### Source material
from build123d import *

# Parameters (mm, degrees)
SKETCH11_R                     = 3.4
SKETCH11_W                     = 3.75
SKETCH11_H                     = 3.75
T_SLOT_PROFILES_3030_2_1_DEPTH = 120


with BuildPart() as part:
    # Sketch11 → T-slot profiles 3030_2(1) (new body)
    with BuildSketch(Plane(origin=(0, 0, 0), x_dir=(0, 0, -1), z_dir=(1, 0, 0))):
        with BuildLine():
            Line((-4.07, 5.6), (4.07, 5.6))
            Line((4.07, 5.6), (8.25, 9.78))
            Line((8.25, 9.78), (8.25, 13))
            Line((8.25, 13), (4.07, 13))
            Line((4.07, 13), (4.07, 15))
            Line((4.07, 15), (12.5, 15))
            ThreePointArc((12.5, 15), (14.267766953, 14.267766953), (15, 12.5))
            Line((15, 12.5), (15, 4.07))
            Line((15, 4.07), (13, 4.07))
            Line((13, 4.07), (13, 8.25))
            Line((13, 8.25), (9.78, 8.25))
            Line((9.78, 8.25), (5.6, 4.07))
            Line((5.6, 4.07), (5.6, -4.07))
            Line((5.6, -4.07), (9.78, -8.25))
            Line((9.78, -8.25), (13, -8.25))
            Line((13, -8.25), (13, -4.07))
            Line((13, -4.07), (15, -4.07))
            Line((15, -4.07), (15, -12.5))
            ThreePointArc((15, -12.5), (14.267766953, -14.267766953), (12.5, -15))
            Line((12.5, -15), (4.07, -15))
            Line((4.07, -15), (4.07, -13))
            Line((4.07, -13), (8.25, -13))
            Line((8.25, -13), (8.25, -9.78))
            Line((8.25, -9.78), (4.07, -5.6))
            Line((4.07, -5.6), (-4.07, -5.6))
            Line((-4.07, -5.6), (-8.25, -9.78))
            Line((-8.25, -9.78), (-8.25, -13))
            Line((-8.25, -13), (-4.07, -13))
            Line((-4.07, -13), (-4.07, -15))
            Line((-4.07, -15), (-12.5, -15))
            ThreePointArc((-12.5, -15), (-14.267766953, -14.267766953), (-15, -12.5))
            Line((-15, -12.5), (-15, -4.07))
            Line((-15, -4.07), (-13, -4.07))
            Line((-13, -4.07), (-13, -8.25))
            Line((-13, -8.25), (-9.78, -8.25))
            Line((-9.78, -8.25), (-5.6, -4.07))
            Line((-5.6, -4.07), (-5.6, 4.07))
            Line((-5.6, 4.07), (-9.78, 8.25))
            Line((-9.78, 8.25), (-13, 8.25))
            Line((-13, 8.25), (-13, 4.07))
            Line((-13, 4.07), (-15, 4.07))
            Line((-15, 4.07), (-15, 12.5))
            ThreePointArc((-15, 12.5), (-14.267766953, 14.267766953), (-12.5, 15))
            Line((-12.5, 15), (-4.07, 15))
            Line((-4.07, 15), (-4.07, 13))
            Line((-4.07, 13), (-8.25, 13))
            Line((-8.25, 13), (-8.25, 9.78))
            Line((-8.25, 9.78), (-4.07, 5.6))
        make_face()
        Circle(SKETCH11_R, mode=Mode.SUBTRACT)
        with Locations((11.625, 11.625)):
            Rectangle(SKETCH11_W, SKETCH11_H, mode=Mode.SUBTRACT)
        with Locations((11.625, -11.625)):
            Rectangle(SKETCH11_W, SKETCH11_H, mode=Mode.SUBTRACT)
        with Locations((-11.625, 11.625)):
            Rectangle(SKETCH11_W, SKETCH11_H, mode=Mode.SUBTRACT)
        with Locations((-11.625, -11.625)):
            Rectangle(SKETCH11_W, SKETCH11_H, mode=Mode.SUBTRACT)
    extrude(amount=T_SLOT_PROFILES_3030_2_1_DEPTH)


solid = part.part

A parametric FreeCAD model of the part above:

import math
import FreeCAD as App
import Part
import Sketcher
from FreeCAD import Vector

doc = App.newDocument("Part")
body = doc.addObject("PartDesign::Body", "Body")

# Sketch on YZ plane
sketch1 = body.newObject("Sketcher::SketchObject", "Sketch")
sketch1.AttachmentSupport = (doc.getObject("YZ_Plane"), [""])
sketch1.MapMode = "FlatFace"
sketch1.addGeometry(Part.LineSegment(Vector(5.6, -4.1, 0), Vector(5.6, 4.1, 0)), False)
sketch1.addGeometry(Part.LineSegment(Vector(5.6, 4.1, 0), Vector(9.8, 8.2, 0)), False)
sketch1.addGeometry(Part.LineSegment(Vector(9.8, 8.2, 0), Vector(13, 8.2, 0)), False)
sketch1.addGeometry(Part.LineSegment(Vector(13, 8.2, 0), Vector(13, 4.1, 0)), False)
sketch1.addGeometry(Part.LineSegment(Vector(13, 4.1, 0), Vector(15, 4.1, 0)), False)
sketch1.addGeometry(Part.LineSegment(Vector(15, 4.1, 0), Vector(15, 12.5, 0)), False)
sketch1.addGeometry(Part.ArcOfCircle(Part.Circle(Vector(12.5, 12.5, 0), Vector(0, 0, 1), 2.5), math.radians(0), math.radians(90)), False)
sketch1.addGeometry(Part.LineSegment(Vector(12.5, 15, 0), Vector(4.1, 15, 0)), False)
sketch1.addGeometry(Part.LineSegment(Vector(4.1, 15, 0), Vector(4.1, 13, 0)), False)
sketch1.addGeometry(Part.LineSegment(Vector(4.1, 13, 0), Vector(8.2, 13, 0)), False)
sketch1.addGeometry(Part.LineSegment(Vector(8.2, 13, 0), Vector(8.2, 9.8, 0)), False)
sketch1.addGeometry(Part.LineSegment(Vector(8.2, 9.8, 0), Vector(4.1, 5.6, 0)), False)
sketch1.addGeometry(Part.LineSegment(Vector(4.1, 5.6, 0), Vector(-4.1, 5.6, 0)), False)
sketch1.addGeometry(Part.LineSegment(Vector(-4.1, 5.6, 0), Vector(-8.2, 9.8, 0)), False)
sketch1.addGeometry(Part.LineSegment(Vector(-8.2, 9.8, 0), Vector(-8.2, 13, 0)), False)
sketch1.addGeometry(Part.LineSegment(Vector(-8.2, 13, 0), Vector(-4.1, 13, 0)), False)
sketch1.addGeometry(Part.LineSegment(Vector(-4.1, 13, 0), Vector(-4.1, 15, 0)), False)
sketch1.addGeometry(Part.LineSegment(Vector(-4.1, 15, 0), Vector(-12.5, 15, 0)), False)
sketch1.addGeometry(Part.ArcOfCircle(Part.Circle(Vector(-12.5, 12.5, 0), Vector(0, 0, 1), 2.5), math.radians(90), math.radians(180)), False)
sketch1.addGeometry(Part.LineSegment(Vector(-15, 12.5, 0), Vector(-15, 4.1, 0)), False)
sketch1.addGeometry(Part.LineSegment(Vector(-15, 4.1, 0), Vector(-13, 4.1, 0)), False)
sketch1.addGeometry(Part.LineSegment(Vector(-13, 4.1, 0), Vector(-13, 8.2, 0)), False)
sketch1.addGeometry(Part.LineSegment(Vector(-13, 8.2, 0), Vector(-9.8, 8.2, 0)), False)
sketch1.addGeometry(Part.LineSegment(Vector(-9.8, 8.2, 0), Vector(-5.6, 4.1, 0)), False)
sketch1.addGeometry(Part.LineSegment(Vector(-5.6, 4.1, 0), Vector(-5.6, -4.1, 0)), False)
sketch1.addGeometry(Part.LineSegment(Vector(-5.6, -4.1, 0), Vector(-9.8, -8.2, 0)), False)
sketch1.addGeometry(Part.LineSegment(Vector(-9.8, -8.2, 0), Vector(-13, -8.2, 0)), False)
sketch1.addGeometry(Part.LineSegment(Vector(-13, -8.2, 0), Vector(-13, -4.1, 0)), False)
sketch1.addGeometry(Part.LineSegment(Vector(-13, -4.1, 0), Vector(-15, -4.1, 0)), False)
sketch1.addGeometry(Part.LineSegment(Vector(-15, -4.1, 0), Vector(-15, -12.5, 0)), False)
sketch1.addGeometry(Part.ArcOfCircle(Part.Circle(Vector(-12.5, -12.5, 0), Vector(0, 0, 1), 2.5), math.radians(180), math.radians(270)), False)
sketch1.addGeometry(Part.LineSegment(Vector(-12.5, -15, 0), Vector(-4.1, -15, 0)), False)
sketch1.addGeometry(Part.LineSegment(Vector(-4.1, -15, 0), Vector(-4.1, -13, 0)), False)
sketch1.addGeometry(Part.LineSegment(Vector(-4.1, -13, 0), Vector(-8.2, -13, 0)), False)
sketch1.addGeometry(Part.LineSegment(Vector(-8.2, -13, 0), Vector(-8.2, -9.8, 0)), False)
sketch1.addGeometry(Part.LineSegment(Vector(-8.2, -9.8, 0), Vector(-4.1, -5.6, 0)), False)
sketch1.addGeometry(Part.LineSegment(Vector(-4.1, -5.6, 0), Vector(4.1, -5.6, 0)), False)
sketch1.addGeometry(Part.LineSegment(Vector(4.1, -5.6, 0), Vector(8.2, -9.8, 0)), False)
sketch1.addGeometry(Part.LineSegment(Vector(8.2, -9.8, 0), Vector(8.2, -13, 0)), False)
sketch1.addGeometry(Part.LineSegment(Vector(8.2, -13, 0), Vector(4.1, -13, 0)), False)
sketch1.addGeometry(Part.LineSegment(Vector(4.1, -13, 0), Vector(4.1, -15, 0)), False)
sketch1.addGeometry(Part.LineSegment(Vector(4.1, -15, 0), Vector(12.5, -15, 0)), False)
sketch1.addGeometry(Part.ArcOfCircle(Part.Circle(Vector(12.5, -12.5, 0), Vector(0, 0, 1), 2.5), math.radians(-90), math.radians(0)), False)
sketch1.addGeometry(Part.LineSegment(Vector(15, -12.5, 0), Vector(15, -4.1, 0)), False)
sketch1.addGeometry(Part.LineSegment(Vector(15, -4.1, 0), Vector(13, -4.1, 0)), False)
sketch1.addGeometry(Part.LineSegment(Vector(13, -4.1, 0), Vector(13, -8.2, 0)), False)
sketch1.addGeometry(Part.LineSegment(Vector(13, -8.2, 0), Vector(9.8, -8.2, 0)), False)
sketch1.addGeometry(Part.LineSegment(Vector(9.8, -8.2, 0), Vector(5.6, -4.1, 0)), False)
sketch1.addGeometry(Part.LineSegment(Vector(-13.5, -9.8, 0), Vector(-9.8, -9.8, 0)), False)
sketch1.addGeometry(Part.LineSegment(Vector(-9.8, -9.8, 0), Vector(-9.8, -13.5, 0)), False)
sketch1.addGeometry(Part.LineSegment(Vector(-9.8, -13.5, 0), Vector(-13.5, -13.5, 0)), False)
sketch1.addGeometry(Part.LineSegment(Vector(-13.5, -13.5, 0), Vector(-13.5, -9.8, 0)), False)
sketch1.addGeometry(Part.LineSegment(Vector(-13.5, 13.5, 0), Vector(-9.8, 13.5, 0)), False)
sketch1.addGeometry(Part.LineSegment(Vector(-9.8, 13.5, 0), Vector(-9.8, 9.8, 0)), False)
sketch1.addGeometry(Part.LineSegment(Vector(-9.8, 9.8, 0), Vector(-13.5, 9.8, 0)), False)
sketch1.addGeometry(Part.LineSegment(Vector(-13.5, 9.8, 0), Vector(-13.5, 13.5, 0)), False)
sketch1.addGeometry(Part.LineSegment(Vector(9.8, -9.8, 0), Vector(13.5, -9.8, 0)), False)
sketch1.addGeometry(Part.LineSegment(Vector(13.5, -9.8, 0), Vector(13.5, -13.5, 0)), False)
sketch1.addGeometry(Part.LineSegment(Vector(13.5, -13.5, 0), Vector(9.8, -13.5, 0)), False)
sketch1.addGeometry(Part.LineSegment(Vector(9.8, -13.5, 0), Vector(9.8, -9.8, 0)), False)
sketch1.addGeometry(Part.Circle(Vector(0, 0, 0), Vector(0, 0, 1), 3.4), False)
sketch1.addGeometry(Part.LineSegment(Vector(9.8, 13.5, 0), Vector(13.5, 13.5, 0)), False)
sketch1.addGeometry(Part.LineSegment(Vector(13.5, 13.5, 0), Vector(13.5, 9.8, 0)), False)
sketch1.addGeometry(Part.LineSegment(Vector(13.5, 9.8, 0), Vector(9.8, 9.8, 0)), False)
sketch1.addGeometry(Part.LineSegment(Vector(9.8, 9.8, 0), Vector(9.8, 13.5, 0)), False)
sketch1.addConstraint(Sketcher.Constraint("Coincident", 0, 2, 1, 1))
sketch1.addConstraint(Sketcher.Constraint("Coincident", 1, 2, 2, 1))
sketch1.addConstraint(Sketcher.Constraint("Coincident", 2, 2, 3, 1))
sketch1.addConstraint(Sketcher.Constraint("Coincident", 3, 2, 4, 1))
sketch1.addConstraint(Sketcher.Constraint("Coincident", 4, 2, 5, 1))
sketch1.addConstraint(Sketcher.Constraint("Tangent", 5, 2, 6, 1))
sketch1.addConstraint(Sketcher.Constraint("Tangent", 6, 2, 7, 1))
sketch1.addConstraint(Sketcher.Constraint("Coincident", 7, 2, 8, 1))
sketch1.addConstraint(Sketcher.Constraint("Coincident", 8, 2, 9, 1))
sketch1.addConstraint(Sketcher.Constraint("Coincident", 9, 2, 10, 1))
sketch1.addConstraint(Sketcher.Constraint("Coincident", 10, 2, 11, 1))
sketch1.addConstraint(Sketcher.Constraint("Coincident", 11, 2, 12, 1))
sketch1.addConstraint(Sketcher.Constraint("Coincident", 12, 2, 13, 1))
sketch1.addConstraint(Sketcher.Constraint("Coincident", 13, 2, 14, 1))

### Task goal
The expected answer is an exact copy of the lines above, beginning at the line with "Line((-4.07, 15), (-4.07, 13))" and ending at the line with "A parametric FreeCAD", with both ends in.

### Solution for this exercise
            Line((-4.07, 15), (-4.07, 13))
            Line((-4.07, 13), (-8.25, 13))
            Line((-8.25, 13), (-8.25, 9.78))
            Line((-8.25, 9.78), (-4.07, 5.6))
        make_face()
        Circle(SKETCH11_R, mode=Mode.SUBTRACT)
        with Locations((11.625, 11.625)):
            Rectangle(SKETCH11_W, SKETCH11_H, mode=Mode.SUBTRACT)
        with Locations((11.625, -11.625)):
            Rectangle(SKETCH11_W, SKETCH11_H, mode=Mode.SUBTRACT)
        with Locations((-11.625, 11.625)):
            Rectangle(SKETCH11_W, SKETCH11_H, mode=Mode.SUBTRACT)
        with Locations((-11.625, -11.625)):
            Rectangle(SKETCH11_W, SKETCH11_H, mode=Mode.SUBTRACT)
    extrude(amount=T_SLOT_PROFILES_3030_2_1_DEPTH)


solid = part.part

A parametric FreeCAD model of the part above:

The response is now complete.